Quote exactly and only this range of lines in the data below: the line that holds "e21 v17 v20 LINE" to the line that holds "e32 v14 v12 LINE", both included.
##### Data #####
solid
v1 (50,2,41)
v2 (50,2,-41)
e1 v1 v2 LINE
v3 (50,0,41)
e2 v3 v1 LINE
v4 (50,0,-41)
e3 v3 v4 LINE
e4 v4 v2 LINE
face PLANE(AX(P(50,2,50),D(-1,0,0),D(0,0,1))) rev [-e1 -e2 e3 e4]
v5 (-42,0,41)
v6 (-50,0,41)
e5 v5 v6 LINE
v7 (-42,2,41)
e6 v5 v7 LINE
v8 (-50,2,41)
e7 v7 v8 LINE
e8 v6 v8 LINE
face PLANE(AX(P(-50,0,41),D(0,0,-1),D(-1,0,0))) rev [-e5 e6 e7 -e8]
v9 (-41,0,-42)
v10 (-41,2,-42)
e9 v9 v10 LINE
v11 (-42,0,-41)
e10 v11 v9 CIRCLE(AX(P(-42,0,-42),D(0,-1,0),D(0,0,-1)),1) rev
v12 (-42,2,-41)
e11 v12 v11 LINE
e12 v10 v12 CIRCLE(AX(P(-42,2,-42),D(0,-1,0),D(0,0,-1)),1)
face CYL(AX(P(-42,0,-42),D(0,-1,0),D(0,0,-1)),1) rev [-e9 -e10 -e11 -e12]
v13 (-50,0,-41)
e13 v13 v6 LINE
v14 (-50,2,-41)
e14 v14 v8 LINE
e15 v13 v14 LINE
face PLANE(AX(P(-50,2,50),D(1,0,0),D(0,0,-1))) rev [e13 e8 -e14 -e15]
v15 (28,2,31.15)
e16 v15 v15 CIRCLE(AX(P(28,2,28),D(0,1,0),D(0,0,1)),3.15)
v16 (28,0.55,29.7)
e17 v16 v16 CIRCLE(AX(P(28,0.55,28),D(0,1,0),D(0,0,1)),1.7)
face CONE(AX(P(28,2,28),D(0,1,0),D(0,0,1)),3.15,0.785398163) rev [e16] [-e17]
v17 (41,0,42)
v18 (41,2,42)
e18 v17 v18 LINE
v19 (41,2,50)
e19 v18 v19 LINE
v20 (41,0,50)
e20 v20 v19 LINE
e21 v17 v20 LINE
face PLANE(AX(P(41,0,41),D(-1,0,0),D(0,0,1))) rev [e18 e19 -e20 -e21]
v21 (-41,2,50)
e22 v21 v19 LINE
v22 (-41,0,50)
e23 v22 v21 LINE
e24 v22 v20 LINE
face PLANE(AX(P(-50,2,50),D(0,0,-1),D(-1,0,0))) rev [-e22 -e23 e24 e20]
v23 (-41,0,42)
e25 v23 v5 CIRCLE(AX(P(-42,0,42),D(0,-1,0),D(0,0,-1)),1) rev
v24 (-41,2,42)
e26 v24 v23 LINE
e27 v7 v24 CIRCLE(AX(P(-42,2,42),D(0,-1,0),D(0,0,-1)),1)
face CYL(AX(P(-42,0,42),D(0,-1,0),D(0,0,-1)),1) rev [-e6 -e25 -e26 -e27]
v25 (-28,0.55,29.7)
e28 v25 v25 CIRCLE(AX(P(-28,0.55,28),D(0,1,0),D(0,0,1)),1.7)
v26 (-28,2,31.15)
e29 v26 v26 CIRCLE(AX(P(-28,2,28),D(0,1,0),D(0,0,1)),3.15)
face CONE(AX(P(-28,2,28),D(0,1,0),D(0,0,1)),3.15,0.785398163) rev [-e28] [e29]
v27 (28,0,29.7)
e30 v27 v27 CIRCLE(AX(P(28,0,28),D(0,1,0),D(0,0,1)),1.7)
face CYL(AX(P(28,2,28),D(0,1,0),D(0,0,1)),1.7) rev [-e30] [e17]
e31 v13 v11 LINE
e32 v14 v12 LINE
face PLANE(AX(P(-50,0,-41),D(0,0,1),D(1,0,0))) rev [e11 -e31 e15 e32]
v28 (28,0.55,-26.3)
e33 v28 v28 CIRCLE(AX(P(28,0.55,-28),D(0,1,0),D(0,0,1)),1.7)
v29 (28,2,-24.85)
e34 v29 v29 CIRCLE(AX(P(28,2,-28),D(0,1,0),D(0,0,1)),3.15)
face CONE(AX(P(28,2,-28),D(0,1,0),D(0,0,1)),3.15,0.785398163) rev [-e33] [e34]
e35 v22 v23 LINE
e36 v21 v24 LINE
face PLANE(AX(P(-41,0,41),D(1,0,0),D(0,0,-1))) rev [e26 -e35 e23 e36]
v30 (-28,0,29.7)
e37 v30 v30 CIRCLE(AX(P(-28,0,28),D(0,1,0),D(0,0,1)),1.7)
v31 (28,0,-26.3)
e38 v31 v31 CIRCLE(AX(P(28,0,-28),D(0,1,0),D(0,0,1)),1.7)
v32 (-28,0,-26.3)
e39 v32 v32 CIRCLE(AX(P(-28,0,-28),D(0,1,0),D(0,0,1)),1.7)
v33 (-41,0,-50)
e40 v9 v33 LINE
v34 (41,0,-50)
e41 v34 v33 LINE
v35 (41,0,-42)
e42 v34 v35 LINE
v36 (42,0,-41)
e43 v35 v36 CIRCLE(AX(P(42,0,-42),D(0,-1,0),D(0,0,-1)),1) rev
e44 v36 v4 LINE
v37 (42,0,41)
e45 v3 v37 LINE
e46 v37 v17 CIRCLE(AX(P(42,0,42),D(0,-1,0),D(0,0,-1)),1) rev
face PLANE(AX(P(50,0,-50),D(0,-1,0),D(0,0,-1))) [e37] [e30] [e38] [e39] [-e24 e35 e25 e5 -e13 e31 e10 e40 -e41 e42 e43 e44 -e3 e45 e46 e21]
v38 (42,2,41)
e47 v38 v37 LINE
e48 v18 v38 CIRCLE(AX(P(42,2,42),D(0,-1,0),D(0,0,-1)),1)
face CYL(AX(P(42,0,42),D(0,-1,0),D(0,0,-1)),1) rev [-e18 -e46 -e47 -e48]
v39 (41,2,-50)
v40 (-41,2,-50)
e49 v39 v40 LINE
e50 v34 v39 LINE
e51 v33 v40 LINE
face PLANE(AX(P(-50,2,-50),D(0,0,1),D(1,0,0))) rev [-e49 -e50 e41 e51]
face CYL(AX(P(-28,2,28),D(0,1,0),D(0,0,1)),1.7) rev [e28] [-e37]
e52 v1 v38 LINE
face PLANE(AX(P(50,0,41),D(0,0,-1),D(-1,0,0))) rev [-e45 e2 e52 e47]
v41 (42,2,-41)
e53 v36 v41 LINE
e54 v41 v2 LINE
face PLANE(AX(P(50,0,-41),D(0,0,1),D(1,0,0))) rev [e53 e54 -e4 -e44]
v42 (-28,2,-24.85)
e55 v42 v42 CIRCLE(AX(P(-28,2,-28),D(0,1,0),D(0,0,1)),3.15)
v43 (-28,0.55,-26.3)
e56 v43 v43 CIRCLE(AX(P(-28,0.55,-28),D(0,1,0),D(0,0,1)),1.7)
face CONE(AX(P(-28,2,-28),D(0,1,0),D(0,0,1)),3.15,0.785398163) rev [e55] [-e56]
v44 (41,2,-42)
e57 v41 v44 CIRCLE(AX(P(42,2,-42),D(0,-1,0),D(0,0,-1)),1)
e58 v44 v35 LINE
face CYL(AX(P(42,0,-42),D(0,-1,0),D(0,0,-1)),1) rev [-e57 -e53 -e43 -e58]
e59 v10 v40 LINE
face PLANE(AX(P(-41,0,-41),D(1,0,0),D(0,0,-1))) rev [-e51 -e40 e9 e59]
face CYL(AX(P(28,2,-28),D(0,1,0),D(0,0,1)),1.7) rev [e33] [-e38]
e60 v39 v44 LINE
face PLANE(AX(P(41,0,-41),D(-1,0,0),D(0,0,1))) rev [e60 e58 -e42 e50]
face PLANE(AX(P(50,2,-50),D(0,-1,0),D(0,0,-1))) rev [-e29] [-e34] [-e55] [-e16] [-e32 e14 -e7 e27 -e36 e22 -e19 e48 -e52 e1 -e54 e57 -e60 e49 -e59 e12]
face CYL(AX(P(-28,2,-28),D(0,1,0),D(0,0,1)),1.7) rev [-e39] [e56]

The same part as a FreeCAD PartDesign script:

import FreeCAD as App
import Part
import Sketcher

V = App.Vector
Q = App.Units.Quantity


def edges_at(feature, points):
    """Names of the edges that pass closest to the given points."""
    edges = feature.Shape.Edges
    near = lambda p: min(range(len(edges)), key=lambda i: edges[i].distToShape(Part.Vertex(*p))[0])
    return sorted({f"Edge{near(p) + 1}" for p in points})

doc = App.newDocument("Part")
body = doc.addObject("PartDesign::Body", "Body")

# Sketch on XZ plane
sketch1 = body.newObject("Sketcher::SketchObject", "Sketch")
sketch1.AttachmentSupport = (doc.getObject("XZ_Plane"), [""])
sketch1.MapMode = "FlatFace"
sketch1.addGeometry(Part.LineSegment(V(-50, -50, 0), V(-50, 50, 0)), False)
sketch1.addGeometry(Part.LineSegment(V(-50, 50, 0), V(50, 50, 0)), False)
sketch1.addGeometry(Part.LineSegment(V(50, 50, 0), V(50, -50, 0)), False)
sketch1.addGeometry(Part.LineSegment(V(50, -50, 0), V(-50, -50, 0)), False)
sketch1.addConstraint(Sketcher.Constraint("Coincident", 0, 2, 1, 1))
sketch1.addConstraint(Sketcher.Constraint("Coincident", 1, 2, 2, 1))
sketch1.addConstraint(Sketcher.Constraint("Coincident", 2, 2, 3, 1))
sketch1.addConstraint(Sketcher.Constraint("Coincident", 3, 2, 0, 1))
sketch1.addConstraint(Sketcher.Constraint("Vertical", 0))
sketch1.addConstraint(Sketcher.Constraint("Horizontal", 1))
sketch1.addConstraint(Sketcher.Constraint("Vertical", 2))
sketch1.addConstraint(Sketcher.Constraint("Horizontal", 3))
sketch1.addConstraint(Sketcher.Constraint("Symmetric", 0, 2, 2, 2, -1, 1))
sketch1.addConstraint(Sketcher.Constraint("Equal", 3, 0))
sketch1.addConstraint(Sketcher.Constraint("DistanceX", 1, 1, 1, 2, Q("100 mm")))
pad1 = body.newObject("PartDesign::Pad", "Pad")
pad1.Profile = sketch1
pad1.Length = 2
pad1.Reversed = True

# Sketch on XZ plane
sketch2 = body.newObject("Sketcher::SketchObject", "Sketch001")
sketch2.AttachmentSupport = (doc.getObject("XZ_Plane"), [""])
sketch2.MapMode = "FlatFace"
sketch2.AttachmentOffset = App.Placement(V(0, 0, -2), App.Rotation())
sketch2.addGeometry(Part.LineSegment(V(41, -50, 0), V(41, -41, 0)), False)
sketch2.addGeometry(Part.LineSegment(V(41, -41, 0), V(50, -41, 0)), False)
sketch2.addGeometry(Part.LineSegment(V(50, -41, 0), V(50, -50, 0)), False)
sketch2.addGeometry(Part.LineSegment(V(50, -50, 0), V(41, -50, 0)), False)
sketch2.addGeometry(Part.LineSegment(V(-50, -50, 0), V(-50, -41, 0)), False)
sketch2.addGeometry(Part.LineSegment(V(-50, -41, 0), V(-41, -41, 0)), False)
sketch2.addGeometry(Part.LineSegment(V(-41, -41, 0), V(-41, -50, 0)), False)
sketch2.addGeometry(Part.LineSegment(V(-41, -50, 0), V(-50, -50, 0)), False)
sketch2.addGeometry(Part.LineSegment(V(-50, 41, 0), V(-50, 50, 0)), False)
sketch2.addGeometry(Part.LineSegment(V(-50, 50, 0), V(-41, 50, 0)), False)
sketch2.addGeometry(Part.LineSegment(V(-41, 50, 0), V(-41, 41, 0)), False)
sketch2.addGeometry(Part.LineSegment(V(-41, 41, 0), V(-50, 41, 0)), False)
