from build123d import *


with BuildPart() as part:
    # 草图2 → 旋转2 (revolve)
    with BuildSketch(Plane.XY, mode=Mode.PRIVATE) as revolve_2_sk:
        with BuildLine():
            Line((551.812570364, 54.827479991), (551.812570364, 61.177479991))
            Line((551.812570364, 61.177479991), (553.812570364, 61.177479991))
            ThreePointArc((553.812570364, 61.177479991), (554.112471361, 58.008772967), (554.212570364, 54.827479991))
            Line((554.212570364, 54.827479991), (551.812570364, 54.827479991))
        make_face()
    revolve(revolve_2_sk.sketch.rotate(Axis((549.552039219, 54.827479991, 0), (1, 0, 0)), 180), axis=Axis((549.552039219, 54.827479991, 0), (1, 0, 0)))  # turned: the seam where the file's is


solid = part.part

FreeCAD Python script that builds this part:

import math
import FreeCAD as App
import Part
import Sketcher
Q = App.Units.Quantity

doc = App.newDocument("Part")
params = doc.addObject("Spreadsheet::Sheet", "Params")
for row, (alias, value) in enumerate([
    ("sketch1_width", "2 mm"),
    ("sketch1_width2", "2.4 mm"),
    ("sketch1_height", "6.35 mm"),
    ("revolution_angle", "360 deg"),
], start=1):
    params.set(f"A{row}", alias)
    params.set(f"B{row}", "=" + value)
    params.setAlias(f"B{row}", alias)

body = doc.addObject("PartDesign::Body", "Body")

sketch1 = body.newObject("Sketcher::SketchObject", "Sketch")
sketch1.AttachmentSupport = (doc.getObject("XY_Plane"), [""])
sketch1.MapMode = "FlatFace"
sketch1.addGeometry([
    Part.LineSegment(App.Vector(551.8, 61.2, 0), App.Vector(551.8, 54.8, 0)),
    Part.LineSegment(App.Vector(551.8, 54.8, 0), App.Vector(554.2, 54.8, 0)),
    Part.ArcOfCircle(Part.Circle(App.Vector(503.6, 54.8, 0), App.Vector(0, 0, 1), 50.6), math.radians(0), math.radians(7.21)),
    Part.LineSegment(App.Vector(553.8, 61.2, 0), App.Vector(551.8, 61.2, 0)),
], False)
sketch1.addGeometry(Part.LineSegment(App.Vector(503.6, 54.8, 0), App.Vector(554.2, 54.8, 0)), True)
sketch1.addConstraint([
    Sketcher.Constraint("Coincident", 0, 2, 1, 1),
    Sketcher.Constraint("Coincident", 1, 2, 2, 1),
    Sketcher.Constraint("Coincident", 2, 2, 3, 1),
    Sketcher.Constraint("Coincident", 3, 2, 0, 1),
    Sketcher.Constraint("Vertical", 0),
    Sketcher.Constraint("Horizontal", 1),
    Sketcher.Constraint("Horizontal", 3),
    Sketcher.Constraint("Horizontal", 4),
    Sketcher.Constraint("Coincident", 4, 1, 2, 3),
    Sketcher.Constraint("Coincident", 4, 2, 1, 2),
    Sketcher.Constraint("DistanceX", 3, 2, 3, 1, Q("2 mm")),
    Sketcher.Constraint("DistanceX", 1, 1, 1, 2, Q("2.4 mm")),
    Sketcher.Constraint("DistanceY", 0, 2, 0, 1, Q("6.35 mm")),
    Sketcher.Constraint("DistanceY", -1, 1, 2, 3, Q("54.82748 mm")),
    Sketcher.Constraint("DistanceX", -1, 1, 0, 2, Q("551.81257 mm")),
])
sketch1.setExpression("Constraints[10]", "Params.sketch1_width")
sketch1.setExpression("Constraints[11]", "Params.sketch1_width2")
sketch1.setExpression("Constraints[12]", "Params.sketch1_height")
revolution = body.newObject("PartDesign::Revolution", "Revolution")
revolution.Profile = sketch1
revolution.ReferenceAxis = (sketch1, ["Axis0"])
revolution.setExpression("Angle", "Params.revolution_angle")

doc.recompute()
#####
== Completed exercise ==
e21 v17 v20 LINE
face PLANE(AX(P(41,0,41),D(-1,0,0),D(0,0,1))) rev [e18 e19 -e20 -e21]
v21 (-41,2,50)
e22 v21 v19 LINE
v22 (-41,0,50)
e23 v22 v21 LINE
e24 v22 v20 LINE
face PLANE(AX(P(-50,2,50),D(0,0,-1),D(-1,0,0))) rev [-e22 -e23 e24 e20]
v23 (-41,0,42)
e25 v23 v5 CIRCLE(AX(P(-42,0,42),D(0,-1,0),D(0,0,-1)),1) rev
v24 (-41,2,42)
e26 v24 v23 LINE
e27 v7 v24 CIRCLE(AX(P(-42,2,42),D(0,-1,0),D(0,0,-1)),1)
face CYL(AX(P(-42,0,42),D(0,-1,0),D(0,0,-1)),1) rev [-e6 -e25 -e26 -e27]
v25 (-28,0.55,29.7)
e28 v25 v25 CIRCLE(AX(P(-28,0.55,28),D(0,1,0),D(0,0,1)),1.7)
v26 (-28,2,31.15)
e29 v26 v26 CIRCLE(AX(P(-28,2,28),D(0,1,0),D(0,0,1)),3.15)
face CONE(AX(P(-28,2,28),D(0,1,0),D(0,0,1)),3.15,0.785398163) rev [-e28] [e29]
v27 (28,0,29.7)
e30 v27 v27 CIRCLE(AX(P(28,0,28),D(0,1,0),D(0,0,1)),1.7)
face CYL(AX(P(28,2,28),D(0,1,0),D(0,0,1)),1.7) rev [-e30] [e17]
e31 v13 v11 LINE
e32 v14 v12 LINE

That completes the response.